▶ **Your assignment**
Look through the records and copy each line with the string "Бобышка" in it.

════

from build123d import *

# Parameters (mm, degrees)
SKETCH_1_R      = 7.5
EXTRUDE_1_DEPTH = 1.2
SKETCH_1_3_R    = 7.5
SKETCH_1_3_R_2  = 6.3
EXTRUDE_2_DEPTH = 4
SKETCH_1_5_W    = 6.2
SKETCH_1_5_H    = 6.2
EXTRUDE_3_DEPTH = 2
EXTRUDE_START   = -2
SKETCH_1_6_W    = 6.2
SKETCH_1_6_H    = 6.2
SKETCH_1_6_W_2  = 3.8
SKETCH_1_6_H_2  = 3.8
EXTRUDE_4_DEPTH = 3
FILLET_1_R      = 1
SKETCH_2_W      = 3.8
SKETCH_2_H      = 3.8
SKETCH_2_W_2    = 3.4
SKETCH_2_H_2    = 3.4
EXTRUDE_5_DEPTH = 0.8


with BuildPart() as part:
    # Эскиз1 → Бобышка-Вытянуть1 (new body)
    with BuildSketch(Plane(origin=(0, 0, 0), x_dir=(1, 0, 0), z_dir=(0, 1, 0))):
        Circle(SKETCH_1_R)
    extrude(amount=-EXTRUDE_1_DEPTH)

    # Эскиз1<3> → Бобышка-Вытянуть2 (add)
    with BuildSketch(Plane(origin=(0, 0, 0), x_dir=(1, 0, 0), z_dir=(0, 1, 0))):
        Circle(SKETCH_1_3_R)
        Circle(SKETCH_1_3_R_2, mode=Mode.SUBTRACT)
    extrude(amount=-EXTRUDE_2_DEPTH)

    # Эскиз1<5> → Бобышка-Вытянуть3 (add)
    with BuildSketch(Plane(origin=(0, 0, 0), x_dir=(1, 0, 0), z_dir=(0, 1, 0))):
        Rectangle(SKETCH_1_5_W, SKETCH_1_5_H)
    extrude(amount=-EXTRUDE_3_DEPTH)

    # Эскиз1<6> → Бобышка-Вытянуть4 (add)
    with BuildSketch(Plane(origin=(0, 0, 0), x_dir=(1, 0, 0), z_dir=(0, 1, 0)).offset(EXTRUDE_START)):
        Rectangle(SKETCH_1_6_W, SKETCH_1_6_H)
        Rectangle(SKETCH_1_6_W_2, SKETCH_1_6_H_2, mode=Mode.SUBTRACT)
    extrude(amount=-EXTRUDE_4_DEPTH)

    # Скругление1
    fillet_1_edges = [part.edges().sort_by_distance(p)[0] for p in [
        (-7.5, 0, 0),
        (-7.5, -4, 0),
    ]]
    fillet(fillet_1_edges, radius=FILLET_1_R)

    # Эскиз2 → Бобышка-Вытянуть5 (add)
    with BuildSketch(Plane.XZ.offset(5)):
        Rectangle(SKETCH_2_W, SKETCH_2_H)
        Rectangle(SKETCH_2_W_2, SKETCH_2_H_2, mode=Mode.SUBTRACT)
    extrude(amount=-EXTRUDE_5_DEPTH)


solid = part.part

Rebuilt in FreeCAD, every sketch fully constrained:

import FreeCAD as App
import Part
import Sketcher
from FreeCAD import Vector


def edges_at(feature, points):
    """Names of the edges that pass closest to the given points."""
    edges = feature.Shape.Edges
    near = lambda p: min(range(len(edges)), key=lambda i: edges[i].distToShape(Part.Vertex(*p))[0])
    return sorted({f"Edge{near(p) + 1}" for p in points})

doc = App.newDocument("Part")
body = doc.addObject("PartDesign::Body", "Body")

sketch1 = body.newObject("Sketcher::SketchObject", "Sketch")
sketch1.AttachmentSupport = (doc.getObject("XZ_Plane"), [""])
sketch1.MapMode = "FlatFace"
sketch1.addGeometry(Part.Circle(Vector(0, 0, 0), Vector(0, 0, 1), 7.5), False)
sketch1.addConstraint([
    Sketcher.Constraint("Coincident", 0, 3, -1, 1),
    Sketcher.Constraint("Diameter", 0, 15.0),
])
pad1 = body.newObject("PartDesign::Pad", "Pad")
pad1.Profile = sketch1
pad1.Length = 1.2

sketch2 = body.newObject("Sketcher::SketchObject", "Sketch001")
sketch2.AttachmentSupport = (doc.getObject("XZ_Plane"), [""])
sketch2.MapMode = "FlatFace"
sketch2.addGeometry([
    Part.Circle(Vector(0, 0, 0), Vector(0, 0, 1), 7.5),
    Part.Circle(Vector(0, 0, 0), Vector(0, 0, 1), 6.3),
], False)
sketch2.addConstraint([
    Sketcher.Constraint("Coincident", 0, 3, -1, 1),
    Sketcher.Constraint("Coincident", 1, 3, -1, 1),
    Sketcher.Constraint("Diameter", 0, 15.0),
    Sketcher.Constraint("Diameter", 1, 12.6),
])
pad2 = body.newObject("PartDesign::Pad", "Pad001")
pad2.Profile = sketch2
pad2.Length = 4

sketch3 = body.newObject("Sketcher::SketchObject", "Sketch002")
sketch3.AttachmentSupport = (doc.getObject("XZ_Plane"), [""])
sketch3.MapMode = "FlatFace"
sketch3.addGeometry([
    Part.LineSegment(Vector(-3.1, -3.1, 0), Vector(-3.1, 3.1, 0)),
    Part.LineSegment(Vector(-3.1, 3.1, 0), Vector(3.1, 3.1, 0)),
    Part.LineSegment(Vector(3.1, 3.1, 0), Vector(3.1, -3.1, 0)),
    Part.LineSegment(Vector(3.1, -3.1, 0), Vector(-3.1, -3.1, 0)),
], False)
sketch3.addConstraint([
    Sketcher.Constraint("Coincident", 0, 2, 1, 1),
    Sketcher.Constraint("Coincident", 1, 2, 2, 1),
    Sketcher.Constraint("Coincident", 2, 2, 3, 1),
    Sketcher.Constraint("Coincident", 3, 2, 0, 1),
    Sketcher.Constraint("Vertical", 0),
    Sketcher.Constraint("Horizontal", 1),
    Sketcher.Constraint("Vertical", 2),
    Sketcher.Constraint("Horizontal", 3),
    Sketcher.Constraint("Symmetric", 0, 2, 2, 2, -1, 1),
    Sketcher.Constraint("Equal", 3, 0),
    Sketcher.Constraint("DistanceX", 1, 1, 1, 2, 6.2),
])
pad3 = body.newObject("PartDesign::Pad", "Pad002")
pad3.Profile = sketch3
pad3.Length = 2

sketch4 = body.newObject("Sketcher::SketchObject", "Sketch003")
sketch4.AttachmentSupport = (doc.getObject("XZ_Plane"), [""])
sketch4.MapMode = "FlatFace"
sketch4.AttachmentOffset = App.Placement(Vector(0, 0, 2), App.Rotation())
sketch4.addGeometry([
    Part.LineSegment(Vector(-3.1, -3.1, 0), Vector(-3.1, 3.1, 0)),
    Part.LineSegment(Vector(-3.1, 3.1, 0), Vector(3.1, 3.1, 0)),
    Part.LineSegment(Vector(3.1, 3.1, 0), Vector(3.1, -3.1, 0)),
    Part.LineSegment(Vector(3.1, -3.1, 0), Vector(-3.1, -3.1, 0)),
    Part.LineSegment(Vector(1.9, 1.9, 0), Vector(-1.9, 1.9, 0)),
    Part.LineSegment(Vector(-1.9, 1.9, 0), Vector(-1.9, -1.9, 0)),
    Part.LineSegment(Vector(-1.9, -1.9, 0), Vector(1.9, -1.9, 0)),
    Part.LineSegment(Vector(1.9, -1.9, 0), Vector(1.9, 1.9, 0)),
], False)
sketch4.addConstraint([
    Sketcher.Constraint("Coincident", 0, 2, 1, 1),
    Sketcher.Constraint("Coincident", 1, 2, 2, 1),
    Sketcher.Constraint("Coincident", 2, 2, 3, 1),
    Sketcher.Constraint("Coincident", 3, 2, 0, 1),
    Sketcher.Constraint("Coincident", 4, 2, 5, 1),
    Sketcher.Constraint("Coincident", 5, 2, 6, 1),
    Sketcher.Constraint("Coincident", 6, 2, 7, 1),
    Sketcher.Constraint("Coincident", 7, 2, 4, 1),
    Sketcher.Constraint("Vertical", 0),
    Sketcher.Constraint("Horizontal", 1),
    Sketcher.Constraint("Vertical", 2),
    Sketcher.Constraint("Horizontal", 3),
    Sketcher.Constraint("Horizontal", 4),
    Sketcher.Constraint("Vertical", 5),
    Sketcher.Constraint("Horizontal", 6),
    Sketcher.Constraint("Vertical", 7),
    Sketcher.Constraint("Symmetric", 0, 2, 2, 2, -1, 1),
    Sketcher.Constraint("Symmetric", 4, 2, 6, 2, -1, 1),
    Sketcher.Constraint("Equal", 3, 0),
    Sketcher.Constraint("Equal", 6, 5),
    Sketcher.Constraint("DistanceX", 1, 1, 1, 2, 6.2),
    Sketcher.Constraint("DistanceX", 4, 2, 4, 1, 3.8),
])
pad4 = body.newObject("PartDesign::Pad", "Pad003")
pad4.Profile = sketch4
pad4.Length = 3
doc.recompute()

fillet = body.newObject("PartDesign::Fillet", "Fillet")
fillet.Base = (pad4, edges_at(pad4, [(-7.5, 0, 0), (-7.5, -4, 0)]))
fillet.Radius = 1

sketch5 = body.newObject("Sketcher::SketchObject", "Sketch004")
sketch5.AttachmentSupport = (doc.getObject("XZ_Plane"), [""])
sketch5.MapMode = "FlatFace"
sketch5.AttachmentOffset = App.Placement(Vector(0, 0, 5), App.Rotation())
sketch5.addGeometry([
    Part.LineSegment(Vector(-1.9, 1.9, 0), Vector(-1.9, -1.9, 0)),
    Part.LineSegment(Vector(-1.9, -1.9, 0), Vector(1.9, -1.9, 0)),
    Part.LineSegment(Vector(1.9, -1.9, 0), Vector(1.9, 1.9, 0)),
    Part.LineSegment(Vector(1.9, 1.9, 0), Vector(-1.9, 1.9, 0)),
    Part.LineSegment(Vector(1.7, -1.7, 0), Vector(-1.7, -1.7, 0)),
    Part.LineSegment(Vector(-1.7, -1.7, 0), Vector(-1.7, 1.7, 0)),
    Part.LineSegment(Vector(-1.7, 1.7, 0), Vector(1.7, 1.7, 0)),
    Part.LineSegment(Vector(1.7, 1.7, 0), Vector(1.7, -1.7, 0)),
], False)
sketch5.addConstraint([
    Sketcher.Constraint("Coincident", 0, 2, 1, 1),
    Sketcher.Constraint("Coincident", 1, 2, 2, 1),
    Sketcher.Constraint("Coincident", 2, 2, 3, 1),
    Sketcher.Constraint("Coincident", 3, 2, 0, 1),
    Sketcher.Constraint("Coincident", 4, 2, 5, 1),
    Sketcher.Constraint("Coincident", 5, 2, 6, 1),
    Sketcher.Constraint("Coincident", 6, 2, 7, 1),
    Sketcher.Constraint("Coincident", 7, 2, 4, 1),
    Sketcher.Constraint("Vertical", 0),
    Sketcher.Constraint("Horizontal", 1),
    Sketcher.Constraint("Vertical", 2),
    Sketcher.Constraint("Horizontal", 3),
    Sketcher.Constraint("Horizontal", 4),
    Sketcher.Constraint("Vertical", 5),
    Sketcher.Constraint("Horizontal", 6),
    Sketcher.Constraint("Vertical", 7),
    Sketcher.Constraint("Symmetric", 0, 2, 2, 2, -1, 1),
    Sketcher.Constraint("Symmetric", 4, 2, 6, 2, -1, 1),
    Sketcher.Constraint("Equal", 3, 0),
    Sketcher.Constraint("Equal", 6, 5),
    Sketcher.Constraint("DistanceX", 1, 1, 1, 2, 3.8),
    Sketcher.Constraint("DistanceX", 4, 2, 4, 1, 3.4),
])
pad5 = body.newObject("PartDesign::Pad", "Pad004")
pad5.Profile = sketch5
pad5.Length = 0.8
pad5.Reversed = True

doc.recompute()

════

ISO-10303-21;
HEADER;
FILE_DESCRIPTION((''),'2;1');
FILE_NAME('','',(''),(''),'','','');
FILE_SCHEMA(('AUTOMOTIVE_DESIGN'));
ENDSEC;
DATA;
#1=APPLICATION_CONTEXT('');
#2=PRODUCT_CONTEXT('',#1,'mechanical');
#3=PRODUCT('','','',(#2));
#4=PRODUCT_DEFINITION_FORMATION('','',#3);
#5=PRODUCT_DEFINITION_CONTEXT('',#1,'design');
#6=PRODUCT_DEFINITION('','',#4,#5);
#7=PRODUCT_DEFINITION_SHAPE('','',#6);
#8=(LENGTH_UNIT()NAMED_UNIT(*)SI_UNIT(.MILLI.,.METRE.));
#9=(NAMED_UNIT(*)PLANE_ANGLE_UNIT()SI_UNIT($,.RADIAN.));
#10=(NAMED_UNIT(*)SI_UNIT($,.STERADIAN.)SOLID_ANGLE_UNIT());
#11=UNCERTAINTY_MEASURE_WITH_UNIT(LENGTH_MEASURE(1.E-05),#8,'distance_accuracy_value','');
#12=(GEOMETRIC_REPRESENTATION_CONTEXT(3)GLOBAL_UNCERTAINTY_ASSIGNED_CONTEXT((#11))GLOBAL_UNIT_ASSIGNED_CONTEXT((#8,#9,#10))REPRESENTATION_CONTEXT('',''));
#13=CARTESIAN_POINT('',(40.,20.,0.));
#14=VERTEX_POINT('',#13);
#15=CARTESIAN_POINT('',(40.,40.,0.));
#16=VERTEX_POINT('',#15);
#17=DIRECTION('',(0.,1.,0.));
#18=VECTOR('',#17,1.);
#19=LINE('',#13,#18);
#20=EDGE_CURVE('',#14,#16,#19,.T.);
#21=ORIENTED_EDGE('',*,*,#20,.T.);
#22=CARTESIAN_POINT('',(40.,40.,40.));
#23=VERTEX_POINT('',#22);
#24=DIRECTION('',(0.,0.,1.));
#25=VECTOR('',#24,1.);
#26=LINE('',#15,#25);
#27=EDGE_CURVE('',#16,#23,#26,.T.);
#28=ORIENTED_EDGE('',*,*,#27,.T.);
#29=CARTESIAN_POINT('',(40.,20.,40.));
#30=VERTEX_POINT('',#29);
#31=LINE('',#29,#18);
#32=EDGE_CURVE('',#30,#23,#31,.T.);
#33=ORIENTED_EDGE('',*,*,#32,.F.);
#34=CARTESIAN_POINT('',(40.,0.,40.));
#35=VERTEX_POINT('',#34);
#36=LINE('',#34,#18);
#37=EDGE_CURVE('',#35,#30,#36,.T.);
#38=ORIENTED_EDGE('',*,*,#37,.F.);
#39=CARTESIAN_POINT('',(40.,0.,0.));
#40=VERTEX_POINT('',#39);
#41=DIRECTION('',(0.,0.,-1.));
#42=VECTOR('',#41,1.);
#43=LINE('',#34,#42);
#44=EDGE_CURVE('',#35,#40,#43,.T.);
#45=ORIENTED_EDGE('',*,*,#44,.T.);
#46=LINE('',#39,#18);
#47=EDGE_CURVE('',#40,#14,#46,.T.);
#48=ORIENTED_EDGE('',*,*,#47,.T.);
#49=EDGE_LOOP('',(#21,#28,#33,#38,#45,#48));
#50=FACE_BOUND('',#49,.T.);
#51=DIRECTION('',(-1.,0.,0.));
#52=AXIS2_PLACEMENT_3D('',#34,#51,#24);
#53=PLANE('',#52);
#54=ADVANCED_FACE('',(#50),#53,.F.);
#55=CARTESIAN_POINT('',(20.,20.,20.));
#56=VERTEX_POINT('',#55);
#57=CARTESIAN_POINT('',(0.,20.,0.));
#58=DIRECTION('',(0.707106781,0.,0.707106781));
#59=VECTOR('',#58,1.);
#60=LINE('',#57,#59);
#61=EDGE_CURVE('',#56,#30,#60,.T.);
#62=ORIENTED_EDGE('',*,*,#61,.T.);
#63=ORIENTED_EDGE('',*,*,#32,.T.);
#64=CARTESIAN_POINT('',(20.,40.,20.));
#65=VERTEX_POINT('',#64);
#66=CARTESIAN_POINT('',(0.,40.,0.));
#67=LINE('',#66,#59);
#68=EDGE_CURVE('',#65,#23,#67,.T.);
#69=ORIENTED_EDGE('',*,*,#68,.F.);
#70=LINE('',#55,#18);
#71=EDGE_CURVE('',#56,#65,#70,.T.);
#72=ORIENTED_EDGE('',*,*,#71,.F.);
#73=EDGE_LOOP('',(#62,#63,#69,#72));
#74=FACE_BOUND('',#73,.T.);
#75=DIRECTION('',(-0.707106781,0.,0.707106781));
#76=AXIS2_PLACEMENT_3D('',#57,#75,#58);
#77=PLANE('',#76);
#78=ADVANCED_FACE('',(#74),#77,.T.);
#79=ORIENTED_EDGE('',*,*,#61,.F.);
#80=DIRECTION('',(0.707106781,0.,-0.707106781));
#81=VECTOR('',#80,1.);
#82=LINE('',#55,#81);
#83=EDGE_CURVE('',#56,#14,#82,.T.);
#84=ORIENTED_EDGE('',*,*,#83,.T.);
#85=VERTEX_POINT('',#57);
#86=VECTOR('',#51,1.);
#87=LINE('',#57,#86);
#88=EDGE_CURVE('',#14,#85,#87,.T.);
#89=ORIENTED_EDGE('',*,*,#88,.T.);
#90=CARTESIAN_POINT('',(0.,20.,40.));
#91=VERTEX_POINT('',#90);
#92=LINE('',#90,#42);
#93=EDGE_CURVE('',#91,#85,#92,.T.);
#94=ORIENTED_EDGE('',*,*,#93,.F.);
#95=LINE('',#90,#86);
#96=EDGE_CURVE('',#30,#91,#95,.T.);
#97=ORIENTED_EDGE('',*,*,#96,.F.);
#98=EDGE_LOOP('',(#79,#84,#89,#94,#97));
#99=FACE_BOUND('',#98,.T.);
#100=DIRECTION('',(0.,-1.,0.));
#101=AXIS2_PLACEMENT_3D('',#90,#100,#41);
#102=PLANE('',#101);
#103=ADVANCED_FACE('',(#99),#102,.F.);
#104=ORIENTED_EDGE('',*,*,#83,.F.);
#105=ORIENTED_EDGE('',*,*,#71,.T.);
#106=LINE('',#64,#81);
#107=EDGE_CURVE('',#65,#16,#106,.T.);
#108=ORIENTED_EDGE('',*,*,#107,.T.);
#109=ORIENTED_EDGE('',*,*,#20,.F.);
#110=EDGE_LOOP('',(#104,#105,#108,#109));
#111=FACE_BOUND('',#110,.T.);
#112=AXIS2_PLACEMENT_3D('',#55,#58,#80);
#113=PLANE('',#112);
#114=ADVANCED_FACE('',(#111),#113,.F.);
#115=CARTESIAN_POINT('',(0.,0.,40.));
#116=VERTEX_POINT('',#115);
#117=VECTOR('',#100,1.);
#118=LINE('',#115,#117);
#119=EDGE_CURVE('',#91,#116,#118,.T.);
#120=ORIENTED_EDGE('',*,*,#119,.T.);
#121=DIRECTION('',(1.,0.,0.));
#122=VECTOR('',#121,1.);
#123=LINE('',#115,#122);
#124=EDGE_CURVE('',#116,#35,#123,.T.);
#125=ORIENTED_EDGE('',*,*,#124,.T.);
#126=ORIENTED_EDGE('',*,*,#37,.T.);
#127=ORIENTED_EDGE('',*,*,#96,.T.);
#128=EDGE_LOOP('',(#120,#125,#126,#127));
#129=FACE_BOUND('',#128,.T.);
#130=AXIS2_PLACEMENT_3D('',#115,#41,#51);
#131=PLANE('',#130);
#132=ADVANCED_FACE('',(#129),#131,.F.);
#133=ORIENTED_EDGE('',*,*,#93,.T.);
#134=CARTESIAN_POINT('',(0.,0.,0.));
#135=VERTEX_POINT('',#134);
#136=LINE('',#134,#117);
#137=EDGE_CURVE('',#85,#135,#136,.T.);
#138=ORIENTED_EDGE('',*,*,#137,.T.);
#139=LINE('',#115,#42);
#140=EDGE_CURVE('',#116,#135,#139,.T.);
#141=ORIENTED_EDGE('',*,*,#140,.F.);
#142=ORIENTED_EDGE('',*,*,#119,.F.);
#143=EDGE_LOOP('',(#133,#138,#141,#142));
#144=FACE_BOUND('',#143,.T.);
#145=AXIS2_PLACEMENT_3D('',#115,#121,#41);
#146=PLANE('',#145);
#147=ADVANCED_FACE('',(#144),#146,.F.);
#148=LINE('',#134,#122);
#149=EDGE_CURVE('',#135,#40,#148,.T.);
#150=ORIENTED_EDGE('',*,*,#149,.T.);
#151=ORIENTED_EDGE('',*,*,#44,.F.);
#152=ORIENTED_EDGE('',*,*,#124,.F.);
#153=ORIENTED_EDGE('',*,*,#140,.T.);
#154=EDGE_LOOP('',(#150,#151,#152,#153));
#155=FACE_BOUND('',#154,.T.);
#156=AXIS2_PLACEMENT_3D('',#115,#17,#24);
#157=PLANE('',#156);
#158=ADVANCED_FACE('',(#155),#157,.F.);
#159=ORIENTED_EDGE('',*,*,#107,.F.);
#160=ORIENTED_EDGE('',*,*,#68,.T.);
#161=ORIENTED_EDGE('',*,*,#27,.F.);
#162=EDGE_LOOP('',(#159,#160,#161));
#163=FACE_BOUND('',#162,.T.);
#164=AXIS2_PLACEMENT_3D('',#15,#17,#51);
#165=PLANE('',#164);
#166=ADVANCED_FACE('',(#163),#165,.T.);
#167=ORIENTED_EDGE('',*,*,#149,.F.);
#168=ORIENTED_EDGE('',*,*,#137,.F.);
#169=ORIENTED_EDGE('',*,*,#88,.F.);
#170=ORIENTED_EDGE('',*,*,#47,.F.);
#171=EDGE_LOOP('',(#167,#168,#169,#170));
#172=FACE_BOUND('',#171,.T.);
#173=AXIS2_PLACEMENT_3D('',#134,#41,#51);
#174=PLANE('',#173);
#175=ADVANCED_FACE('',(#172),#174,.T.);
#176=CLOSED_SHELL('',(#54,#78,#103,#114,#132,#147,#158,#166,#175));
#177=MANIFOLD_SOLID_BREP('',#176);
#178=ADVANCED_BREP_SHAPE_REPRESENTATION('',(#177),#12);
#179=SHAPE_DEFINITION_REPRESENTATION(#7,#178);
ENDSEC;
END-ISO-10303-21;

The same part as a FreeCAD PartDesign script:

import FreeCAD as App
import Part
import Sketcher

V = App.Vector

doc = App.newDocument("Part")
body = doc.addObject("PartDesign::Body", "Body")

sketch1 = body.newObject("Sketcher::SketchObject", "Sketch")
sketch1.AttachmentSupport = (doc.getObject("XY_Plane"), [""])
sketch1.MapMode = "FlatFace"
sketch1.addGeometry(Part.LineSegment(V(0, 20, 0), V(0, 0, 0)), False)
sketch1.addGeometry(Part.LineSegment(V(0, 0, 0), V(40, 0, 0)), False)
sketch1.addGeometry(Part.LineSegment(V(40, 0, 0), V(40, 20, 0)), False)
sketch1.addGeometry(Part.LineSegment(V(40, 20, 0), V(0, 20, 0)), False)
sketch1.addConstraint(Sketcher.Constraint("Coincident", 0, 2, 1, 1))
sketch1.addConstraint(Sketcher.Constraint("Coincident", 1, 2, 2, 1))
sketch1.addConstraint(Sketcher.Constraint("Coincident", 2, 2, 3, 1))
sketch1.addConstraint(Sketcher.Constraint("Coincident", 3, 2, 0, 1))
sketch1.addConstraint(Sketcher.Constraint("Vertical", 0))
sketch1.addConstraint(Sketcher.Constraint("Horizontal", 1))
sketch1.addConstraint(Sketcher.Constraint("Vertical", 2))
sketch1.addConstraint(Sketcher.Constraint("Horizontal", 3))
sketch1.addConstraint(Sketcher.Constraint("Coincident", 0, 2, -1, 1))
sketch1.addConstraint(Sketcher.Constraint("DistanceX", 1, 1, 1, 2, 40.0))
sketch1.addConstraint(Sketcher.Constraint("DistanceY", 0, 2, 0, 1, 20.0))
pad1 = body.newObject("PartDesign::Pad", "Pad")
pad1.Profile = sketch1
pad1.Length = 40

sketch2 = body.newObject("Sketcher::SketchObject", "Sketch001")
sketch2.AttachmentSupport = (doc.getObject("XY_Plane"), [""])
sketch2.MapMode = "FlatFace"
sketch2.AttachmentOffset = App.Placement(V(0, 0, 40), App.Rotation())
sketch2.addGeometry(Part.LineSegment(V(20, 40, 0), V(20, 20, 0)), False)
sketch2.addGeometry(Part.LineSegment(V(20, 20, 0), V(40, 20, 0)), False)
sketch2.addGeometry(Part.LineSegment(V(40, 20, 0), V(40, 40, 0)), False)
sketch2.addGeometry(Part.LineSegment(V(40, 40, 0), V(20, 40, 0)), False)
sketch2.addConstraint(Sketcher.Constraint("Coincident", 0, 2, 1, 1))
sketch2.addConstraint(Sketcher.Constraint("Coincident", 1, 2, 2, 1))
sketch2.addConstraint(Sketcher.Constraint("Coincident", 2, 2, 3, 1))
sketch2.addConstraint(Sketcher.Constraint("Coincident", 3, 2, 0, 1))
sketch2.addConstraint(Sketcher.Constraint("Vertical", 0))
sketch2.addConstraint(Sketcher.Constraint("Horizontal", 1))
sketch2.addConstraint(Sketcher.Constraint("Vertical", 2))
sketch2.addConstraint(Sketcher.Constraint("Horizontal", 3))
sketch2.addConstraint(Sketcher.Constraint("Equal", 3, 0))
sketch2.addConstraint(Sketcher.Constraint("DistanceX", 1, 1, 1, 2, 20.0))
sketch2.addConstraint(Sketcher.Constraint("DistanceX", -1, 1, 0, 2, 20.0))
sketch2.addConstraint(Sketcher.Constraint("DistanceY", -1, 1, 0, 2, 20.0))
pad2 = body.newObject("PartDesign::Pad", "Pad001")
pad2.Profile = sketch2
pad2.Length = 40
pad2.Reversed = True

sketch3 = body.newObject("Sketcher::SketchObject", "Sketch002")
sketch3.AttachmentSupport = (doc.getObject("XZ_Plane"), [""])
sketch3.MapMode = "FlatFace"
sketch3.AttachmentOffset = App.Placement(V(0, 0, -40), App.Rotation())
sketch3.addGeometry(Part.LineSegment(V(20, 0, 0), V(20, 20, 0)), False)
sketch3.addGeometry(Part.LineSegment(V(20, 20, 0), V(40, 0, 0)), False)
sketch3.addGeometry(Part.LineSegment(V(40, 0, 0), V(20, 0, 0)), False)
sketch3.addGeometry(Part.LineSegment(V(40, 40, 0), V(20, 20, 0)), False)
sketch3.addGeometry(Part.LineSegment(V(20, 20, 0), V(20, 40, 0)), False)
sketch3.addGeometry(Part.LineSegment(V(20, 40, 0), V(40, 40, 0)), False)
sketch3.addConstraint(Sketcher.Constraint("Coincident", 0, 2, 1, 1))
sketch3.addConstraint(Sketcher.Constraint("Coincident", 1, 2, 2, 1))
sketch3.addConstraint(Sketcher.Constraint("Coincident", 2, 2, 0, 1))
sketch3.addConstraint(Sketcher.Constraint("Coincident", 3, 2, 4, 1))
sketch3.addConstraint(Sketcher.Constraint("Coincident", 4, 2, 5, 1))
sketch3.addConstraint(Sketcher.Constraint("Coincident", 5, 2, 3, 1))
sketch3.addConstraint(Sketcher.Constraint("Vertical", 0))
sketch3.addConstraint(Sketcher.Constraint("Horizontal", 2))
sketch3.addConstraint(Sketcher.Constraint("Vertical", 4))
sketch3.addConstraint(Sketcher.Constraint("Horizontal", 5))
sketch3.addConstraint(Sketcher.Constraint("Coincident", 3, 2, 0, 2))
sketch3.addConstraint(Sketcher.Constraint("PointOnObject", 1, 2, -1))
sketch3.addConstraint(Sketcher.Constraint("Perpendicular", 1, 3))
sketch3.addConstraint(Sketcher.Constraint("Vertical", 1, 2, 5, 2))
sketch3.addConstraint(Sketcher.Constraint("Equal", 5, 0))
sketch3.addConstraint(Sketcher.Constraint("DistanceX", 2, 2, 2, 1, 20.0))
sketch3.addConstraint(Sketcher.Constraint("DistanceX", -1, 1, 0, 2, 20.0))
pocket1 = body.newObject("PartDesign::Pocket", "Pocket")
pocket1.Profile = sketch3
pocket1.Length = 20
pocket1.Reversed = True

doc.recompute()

════

▶ **Solution below**
    # Эскиз1 → Бобышка-Вытянуть1 (new body)
    # Эскиз1<3> → Бобышка-Вытянуть2 (add)
    # Эскиз1<5> → Бобышка-Вытянуть3 (add)
    # Эскиз1<6> → Бобышка-Вытянуть4 (add)
    # Эскиз2 → Бобышка-Вытянуть5 (add)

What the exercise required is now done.